Alys Beach—which is named after Alys Robinson Stephens, the wife of EBSCO’s cofounder Elton Bryson Stephens, Sr., who bought this land in 1978—is noteworthy in that it has its own in-house construction company, Alys Beach Construction, which continues to be the GC on this project.

All-masonry construction is both a resilient and aesthetic choice by Alys Beach's developer. Image: Alys Beach

 

Because the community’s home construction is all masonry anyway, building to FORTIFIED HOME’s standards—which in other markets have increased the final price of a house by as much as one-fifth—has added only around 5% to the cost of an Alys Beach house, says Marieanne Khoury-Vogt, a Principal, with husband Eric Vogt, in Khoury & Vogt Architects in Panama City, Fla., Alys Beach’s architect and designer. She’s also the town architect.

Many of the homes in Alys Beach are vacation houses for their owners, and higher construction standards weren’t hard to sell them on, Khoury-Vogt says. “It gives them peace of mind against the threat of hurricanes.”

Miami-based Duany Plater-Zyberk Partners planned Alys Beach as a Traditional Neighborhood Development that emphasizes walkability. Buildings are grouped into small compounds and unified by perimeter walls, which are higher and more formal in urban zones, lower and more rustic in rural areas.

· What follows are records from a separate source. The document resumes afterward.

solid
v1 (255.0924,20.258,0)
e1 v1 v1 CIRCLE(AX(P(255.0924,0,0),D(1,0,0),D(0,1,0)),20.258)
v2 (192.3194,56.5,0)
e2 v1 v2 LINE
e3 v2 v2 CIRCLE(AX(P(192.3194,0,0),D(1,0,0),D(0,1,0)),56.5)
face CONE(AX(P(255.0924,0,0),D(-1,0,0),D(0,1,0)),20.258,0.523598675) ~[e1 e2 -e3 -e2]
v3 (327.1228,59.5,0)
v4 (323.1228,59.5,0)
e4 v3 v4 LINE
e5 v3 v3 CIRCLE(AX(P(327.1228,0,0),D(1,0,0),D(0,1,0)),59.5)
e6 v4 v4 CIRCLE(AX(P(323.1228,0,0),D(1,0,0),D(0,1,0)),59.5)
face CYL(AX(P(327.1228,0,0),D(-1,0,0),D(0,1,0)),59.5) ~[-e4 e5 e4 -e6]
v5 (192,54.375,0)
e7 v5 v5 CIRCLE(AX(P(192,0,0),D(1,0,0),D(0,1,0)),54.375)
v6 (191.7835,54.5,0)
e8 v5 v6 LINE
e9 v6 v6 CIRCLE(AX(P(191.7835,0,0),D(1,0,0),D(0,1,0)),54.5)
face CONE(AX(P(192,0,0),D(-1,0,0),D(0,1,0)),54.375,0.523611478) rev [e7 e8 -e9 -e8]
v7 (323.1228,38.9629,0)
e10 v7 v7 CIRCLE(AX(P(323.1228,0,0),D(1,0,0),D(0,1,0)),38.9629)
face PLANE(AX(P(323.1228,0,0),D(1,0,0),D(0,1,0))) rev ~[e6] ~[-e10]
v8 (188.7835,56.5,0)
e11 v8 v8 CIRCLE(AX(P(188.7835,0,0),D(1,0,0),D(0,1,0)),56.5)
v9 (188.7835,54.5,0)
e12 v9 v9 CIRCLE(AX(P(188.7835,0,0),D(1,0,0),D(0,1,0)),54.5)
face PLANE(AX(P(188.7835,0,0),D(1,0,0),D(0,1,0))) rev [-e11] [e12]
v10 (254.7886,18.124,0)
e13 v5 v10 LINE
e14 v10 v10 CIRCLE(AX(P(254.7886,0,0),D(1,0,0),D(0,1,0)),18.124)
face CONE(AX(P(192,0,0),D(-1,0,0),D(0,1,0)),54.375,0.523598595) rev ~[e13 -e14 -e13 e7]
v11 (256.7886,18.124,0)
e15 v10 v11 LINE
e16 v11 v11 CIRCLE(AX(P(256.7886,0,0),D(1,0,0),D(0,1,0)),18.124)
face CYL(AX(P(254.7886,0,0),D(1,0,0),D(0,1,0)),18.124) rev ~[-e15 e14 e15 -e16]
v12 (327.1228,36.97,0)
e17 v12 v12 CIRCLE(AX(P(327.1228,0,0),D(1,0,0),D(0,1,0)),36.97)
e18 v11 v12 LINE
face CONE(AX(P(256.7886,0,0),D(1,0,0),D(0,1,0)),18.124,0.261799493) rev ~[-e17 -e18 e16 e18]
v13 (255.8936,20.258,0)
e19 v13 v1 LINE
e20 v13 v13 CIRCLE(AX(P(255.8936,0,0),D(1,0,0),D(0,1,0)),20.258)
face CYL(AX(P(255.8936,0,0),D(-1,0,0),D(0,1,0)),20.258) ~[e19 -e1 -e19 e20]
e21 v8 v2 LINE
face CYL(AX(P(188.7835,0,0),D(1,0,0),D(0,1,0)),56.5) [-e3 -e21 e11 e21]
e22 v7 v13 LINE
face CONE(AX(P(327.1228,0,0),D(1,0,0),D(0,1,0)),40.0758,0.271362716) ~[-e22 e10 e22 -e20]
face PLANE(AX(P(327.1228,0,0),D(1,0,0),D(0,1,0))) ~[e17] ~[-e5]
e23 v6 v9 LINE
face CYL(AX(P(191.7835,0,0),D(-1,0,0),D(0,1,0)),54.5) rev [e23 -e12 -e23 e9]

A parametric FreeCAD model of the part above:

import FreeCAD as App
import Part
import Sketcher
Q = App.Units.Quantity

doc = App.newDocument("Part")
body = doc.addObject("PartDesign::Body", "Body")

# Sketch on XY plane
sketch1 = doc.addObject("Sketcher::SketchObject", "Sketch")
body.addObject(sketch1)
sketch1.AttachmentSupport = (doc.XY_Plane, [""])
sketch1.MapMode = "FlatFace"
sketch1.addGeometry(Part.LineSegment(App.Vector(191.78, 54.5, 0), App.Vector(192, 54.38, 0)), False)
sketch1.addGeometry(Part.LineSegment(App.Vector(192, 54.38, 0), App.Vector(254.79, 18.12, 0)), False)
sketch1.addGeometry(Part.LineSegment(App.Vector(254.79, 18.12, 0), App.Vector(256.79, 18.12, 0)), False)
sketch1.addGeometry(Part.LineSegment(App.Vector(256.79, 18.12, 0), App.Vector(327.12, 36.97, 0)), False)
sketch1.addGeometry(Part.LineSegment(App.Vector(327.12, 36.97, 0), App.Vector(327.12, 59.5, 0)), False)
sketch1.addGeometry(Part.LineSegment(App.Vector(327.12, 59.5, 0), App.Vector(323.12, 59.5, 0)), False)
sketch1.addGeometry(Part.LineSegment(App.Vector(323.12, 59.5, 0), App.Vector(323.12, 38.96, 0)), False)
sketch1.addGeometry(Part.LineSegment(App.Vector(323.12, 38.96, 0), App.Vector(255.89, 20.26, 0)), False)
sketch1.addGeometry(Part.LineSegment(App.Vector(255.89, 20.26, 0), App.Vector(255.09, 20.26, 0)), False)
sketch1.addGeometry(Part.LineSegment(App.Vector(255.09, 20.26, 0), App.Vector(192.32, 56.5, 0)), False)
sketch1.addGeometry(Part.LineSegment(App.Vector(192.32, 56.5, 0), App.Vector(188.78, 56.5, 0)), False)
sketch1.addGeometry(Part.LineSegment(App.Vector(188.78, 56.5, 0), App.Vector(188.78, 54.5, 0)), False)
sketch1.addGeometry(Part.LineSegment(App.Vector(188.78, 54.5, 0), App.Vector(191.78, 54.5, 0)), False)
sketch1.addConstraint(Sketcher.Constraint("Coincident", 0, 2, 1, 1))
sketch1.addConstraint(Sketcher.Constraint("Coincident", 1, 2, 2, 1))
sketch1.addConstraint(Sketcher.Constraint("Coincident", 2, 2, 3, 1))
sketch1.addConstraint(Sketcher.Constraint("Coincident", 3, 2, 4, 1))
sketch1.addConstraint(Sketcher.Constraint("Coincident", 4, 2, 5, 1))
sketch1.addConstraint(Sketcher.Constraint("Coincident", 5, 2, 6, 1))
sketch1.addConstraint(Sketcher.Constraint("Coincident", 6, 2, 7, 1))
sketch1.addConstraint(Sketcher.Constraint("Coincident", 7, 2, 8, 1))
sketch1.addConstraint(Sketcher.Constraint("Coincident", 8, 2, 9, 1))
sketch1.addConstraint(Sketcher.Constraint("Coincident", 9, 2, 10, 1))
sketch1.addConstraint(Sketcher.Constraint("Coincident", 10, 2, 11, 1))
sketch1.addConstraint(Sketcher.Constraint("Coincident", 11, 2, 12, 1))
sketch1.addConstraint(Sketcher.Constraint("Coincident", 12, 2, 0, 1))
sketch1.addConstraint(Sketcher.Constraint("Horizontal", 2))
sketch1.addConstraint(Sketcher.Constraint("Vertical", 4))
sketch1.addConstraint(Sketcher.Constraint("Horizontal", 5))
sketch1.addConstraint(Sketcher.Constraint("Vertical", 6))
sketch1.addConstraint(Sketcher.Constraint("Horizontal", 8))
sketch1.addConstraint(Sketcher.Constraint("Horizontal", 10))
sketch1.addConstraint(Sketcher.Constraint("Vertical", 11))
sketch1.addConstraint(Sketcher.Constraint("Horizontal", 12))
sketch1.addConstraint(Sketcher.Constraint("Parallel", 0, 1))
sketch1.addConstraint(Sketcher.Constraint("Parallel", 1, 9))
sketch1.addConstraint(Sketcher.Constraint("Equal", 2, 11))
sketch1.addConstraint(Sketcher.Constraint("DistanceX", 2, 1, 2, 2, 2.0))
sketch1.addConstraint(Sketcher.Constraint("DistanceX", 5, 2, 5, 1, 4.0))
sketch1.addConstraint(Sketcher.Constraint("DistanceX", 12, 1, 12, 2, 3.0))
sketch1.addConstraint(Sketcher.Constraint("Angle", 1, Q("-30 deg")))
sketch1.addConstraint(Sketcher.Constraint("Angle", 3, Q("15 deg")))
sketch1.addConstraint(Sketcher.Constraint("DistanceY", -1, 1, 4, 2, 59.5))
sketch1.addConstraint(Sketcher.Constraint("DistanceY", -1, 1, 11, 2, 54.5))
sketch1.addConstraint(Sketcher.Constraint("DistanceY", -1, 1, 3, 2, 36.97))
sketch1.addConstraint(Sketcher.Constraint("DistanceY", -1, 1, 1, 2, 18.124))
sketch1.addConstraint(Sketcher.Constraint("DistanceX", -1, 1, 0, 2, 192.0))
sketch1.addConstraint(Sketcher.Constraint("Distance", 0, 0.25))
sketch1.addConstraint(Sketcher.Constraint("DistanceX", 10, 2, 10, 1, 3.536))
sketch1.addConstraint(Sketcher.Constraint("DistanceY", 6, 2, 6, 1, 20.537))
sketch1.addConstraint(Sketcher.Constraint("DistanceX", 10, 2, 7, 2, 67.11))
sketch1.addConstraint(Sketcher.Constraint("Distance", 9, 72.484))
revolution = doc.addObject("PartDesign::Revolution", "Revolution")
body.addObject(revolution)
revolution.Profile = sketch1
revolution.ReferenceAxis = (sketch1, ["H_Axis"])
revolution.Angle = 360

doc.recompute()
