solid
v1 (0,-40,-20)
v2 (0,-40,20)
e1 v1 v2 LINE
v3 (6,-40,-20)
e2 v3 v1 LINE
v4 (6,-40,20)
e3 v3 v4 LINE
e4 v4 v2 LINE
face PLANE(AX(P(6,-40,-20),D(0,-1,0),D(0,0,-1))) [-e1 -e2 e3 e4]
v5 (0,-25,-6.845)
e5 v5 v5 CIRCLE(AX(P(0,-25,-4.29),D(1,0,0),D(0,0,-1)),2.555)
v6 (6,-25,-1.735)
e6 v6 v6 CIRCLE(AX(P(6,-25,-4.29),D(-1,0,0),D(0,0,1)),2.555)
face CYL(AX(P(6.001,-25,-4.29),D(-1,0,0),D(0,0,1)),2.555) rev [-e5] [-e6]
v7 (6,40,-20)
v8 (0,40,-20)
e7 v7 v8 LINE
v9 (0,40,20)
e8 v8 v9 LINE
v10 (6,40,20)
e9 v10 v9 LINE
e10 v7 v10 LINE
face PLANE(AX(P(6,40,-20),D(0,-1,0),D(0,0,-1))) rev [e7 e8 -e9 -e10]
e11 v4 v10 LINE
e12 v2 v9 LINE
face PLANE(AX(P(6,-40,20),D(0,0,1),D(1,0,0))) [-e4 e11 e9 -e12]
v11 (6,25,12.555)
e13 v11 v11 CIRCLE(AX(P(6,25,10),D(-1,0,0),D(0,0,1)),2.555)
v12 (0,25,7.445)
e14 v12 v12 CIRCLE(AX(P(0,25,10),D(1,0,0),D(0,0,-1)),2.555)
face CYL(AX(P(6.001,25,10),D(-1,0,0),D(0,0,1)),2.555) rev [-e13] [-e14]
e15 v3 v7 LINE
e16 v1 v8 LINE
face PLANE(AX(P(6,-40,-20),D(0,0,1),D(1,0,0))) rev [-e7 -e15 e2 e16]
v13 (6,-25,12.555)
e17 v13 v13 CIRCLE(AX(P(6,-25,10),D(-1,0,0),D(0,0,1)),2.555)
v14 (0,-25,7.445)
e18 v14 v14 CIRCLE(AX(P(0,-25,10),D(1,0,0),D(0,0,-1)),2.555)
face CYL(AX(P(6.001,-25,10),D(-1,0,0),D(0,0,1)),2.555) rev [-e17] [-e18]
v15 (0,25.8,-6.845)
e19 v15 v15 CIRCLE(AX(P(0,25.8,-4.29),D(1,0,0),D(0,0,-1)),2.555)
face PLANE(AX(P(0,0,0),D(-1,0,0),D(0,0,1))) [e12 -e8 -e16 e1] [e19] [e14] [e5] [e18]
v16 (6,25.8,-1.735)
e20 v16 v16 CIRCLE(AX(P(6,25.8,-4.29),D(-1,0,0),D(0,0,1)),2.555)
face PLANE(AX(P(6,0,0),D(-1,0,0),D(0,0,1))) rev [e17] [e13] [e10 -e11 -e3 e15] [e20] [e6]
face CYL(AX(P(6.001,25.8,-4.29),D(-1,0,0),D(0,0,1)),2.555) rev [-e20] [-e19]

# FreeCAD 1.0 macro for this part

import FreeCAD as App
import Part
import Sketcher
Q = App.Units.Quantity

doc = App.newDocument("Part")
body = doc.addObject("PartDesign::Body", "Body")

sketch1 = body.newObject("Sketcher::SketchObject", "Sketch")
sketch1.AttachmentSupport = (doc.getObject("YZ_Plane"), [""])
sketch1.MapMode = "FlatFace"
sketch1.addGeometry([
    Part.LineSegment(App.Vector(-40, 20, 0), App.Vector(-40, -20, 0)),
    Part.LineSegment(App.Vector(-40, -20, 0), App.Vector(40, -20, 0)),
    Part.LineSegment(App.Vector(40, -20, 0), App.Vector(40, 20, 0)),
    Part.LineSegment(App.Vector(40, 20, 0), App.Vector(-40, 20, 0)),
], False)
sketch1.addConstraint([
    Sketcher.Constraint("Coincident", 0, 2, 1, 1),
    Sketcher.Constraint("Coincident", 1, 2, 2, 1),
    Sketcher.Constraint("Coincident", 2, 2, 3, 1),
    Sketcher.Constraint("Coincident", 3, 2, 0, 1),
    Sketcher.Constraint("Vertical", 0),
    Sketcher.Constraint("Horizontal", 1),
    Sketcher.Constraint("Vertical", 2),
    Sketcher.Constraint("Horizontal", 3),
    Sketcher.Constraint("Symmetric", 0, 2, 2, 2, -1, 1),
    Sketcher.Constraint("DistanceX", 1, 1, 1, 2, Q("80 mm")),
    Sketcher.Constraint("DistanceY", 0, 2, 0, 1, Q("40 mm")),
])
pad1 = body.newObject("PartDesign::Pad", "Pad")
pad1.Profile = sketch1
pad1.Length = 6

sketch2 = body.newObject("Sketcher::SketchObject", "Sketch001")
sketch2.AttachmentSupport = (doc.getObject("YZ_Plane"), [""])
sketch2.MapMode = "FlatFace"
sketch2.addGeometry(Part.Circle(App.Vector(-25, -4.3, 0), App.Vector(0, 0, 1), 2.6), False)
sketch2.addConstraint([
    Sketcher.Constraint("Diameter", 0, Q("5.11 mm")),
    Sketcher.Constraint("DistanceX", 0, 3, -1, 1, Q("25 mm")),
    Sketcher.Constraint("DistanceY", 0, 3, -1, 1, Q("4.29 mm")),
])
pocket1 = body.newObject("PartDesign::Pocket", "Pocket")
pocket1.Profile = sketch2
pocket1.Type = "UpToFirst"
pocket1.Reversed = True

sketch3 = body.newObject("Sketcher::SketchObject", "Sketch002")
sketch3.AttachmentSupport = (doc.getObject("YZ_Plane"), [""])
sketch3.MapMode = "FlatFace"
sketch3.addGeometry(Part.Circle(App.Vector(25.8, -4.3, 0), App.Vector(0, 0, 1), 2.6), False)
sketch3.addConstraint([
    Sketcher.Constraint("Diameter", 0, Q("5.11 mm")),
    Sketcher.Constraint("DistanceX", -1, 1, 0, 3, Q("25.8 mm")),
    Sketcher.Constraint("DistanceY", 0, 3, -1, 1, Q("4.29 mm")),
])
pocket2 = body.newObject("PartDesign::Pocket", "Pocket001")
pocket2.Profile = sketch3
pocket2.Type = "UpToFirst"
pocket2.Reversed = True

sketch4 = body.newObject("Sketcher::SketchObject", "Sketch003")
sketch4.AttachmentSupport = (doc.getObject("YZ_Plane"), [""])
sketch4.MapMode = "FlatFace"
sketch4.addGeometry(Part.Circle(App.Vector(-25, 10, 0), App.Vector(0, 0, 1), 2.6), False)
sketch4.addConstraint([
    Sketcher.Constraint("Diameter", 0, Q("5.11 mm")),
    Sketcher.Constraint("DistanceX", 0, 3, -1, 1, Q("25 mm")),
    Sketcher.Constraint("DistanceY", -1, 1, 0, 3, Q("10 mm")),
])
pocket3 = body.newObject("PartDesign::Pocket", "Pocket002")
pocket3.Profile = sketch4
pocket3.Type = "UpToFirst"
pocket3.Reversed = True

sketch5 = body.newObject("Sketcher::SketchObject", "Sketch004")
sketch5.AttachmentSupport = (doc.getObject("YZ_Plane"), [""])
sketch5.MapMode = "FlatFace"
sketch5.addGeometry(Part.Circle(App.Vector(25, 10, 0), App.Vector(0, 0, 1), 2.6), False)
sketch5.addConstraint([
    Sketcher.Constraint("Diameter", 0, Q("5.11 mm")),
    Sketcher.Constraint("DistanceX", -1, 1, 0, 3, Q("25 mm")),
    Sketcher.Constraint("DistanceY", -1, 1, 0, 3, Q("10 mm")),
])
pocket4 = body.newObject("PartDesign::Pocket", "Pocket003")
pocket4.Profile = sketch5
pocket4.Type = "UpToFirst"
pocket4.Reversed = True

doc.recompute()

Construction is denser near the beach and highway, and sparser near to the 20 acres of protected wetlands to the north of the community. All streets lead to the beach, with views of the water kept clear for as great a distance as possible. The main street also leads to a waterfront plaza.

The buildings’ Bermuda architectural style is combined with a patio house type that originated in Antigua, and a courtyard building type that emanated from California.

An aerial rendering of the layout of Alys Beach, whose 158 acres straddle the Gulf of Mexico to the south and protected wetlands to the north. Image: Alys Beach

 

Cobblestone streets allow rainwater to filter naturally into soil, which in turn reduces runoff. Khoury-Vogt notes that the community’s underground utilities are accessible for maintenance and repair via street-level removable paver stones that are strategically located through the neighborhood.

While some owners have installed geothermal systems, renewable power so far has been an outlier at Alys Beach. Khoury-Vogt says that, to her knowledge, only one owner has chosen to install solar panels.

(Compare that to another Florida community, the 18,000-acre Babcock Ranch in Palm Beach Gardens, which broke ground last year on its first phase of 1,000 homes. This community’s developer Kitsen & Partners donated land to Florida Power & Light to build a 440-acre solar farm there to power what is projected to be nearly 20,000 homes over the next two decades.)

Khoury-Vogt says that Alys Beach’s buildout should be completed by 2036.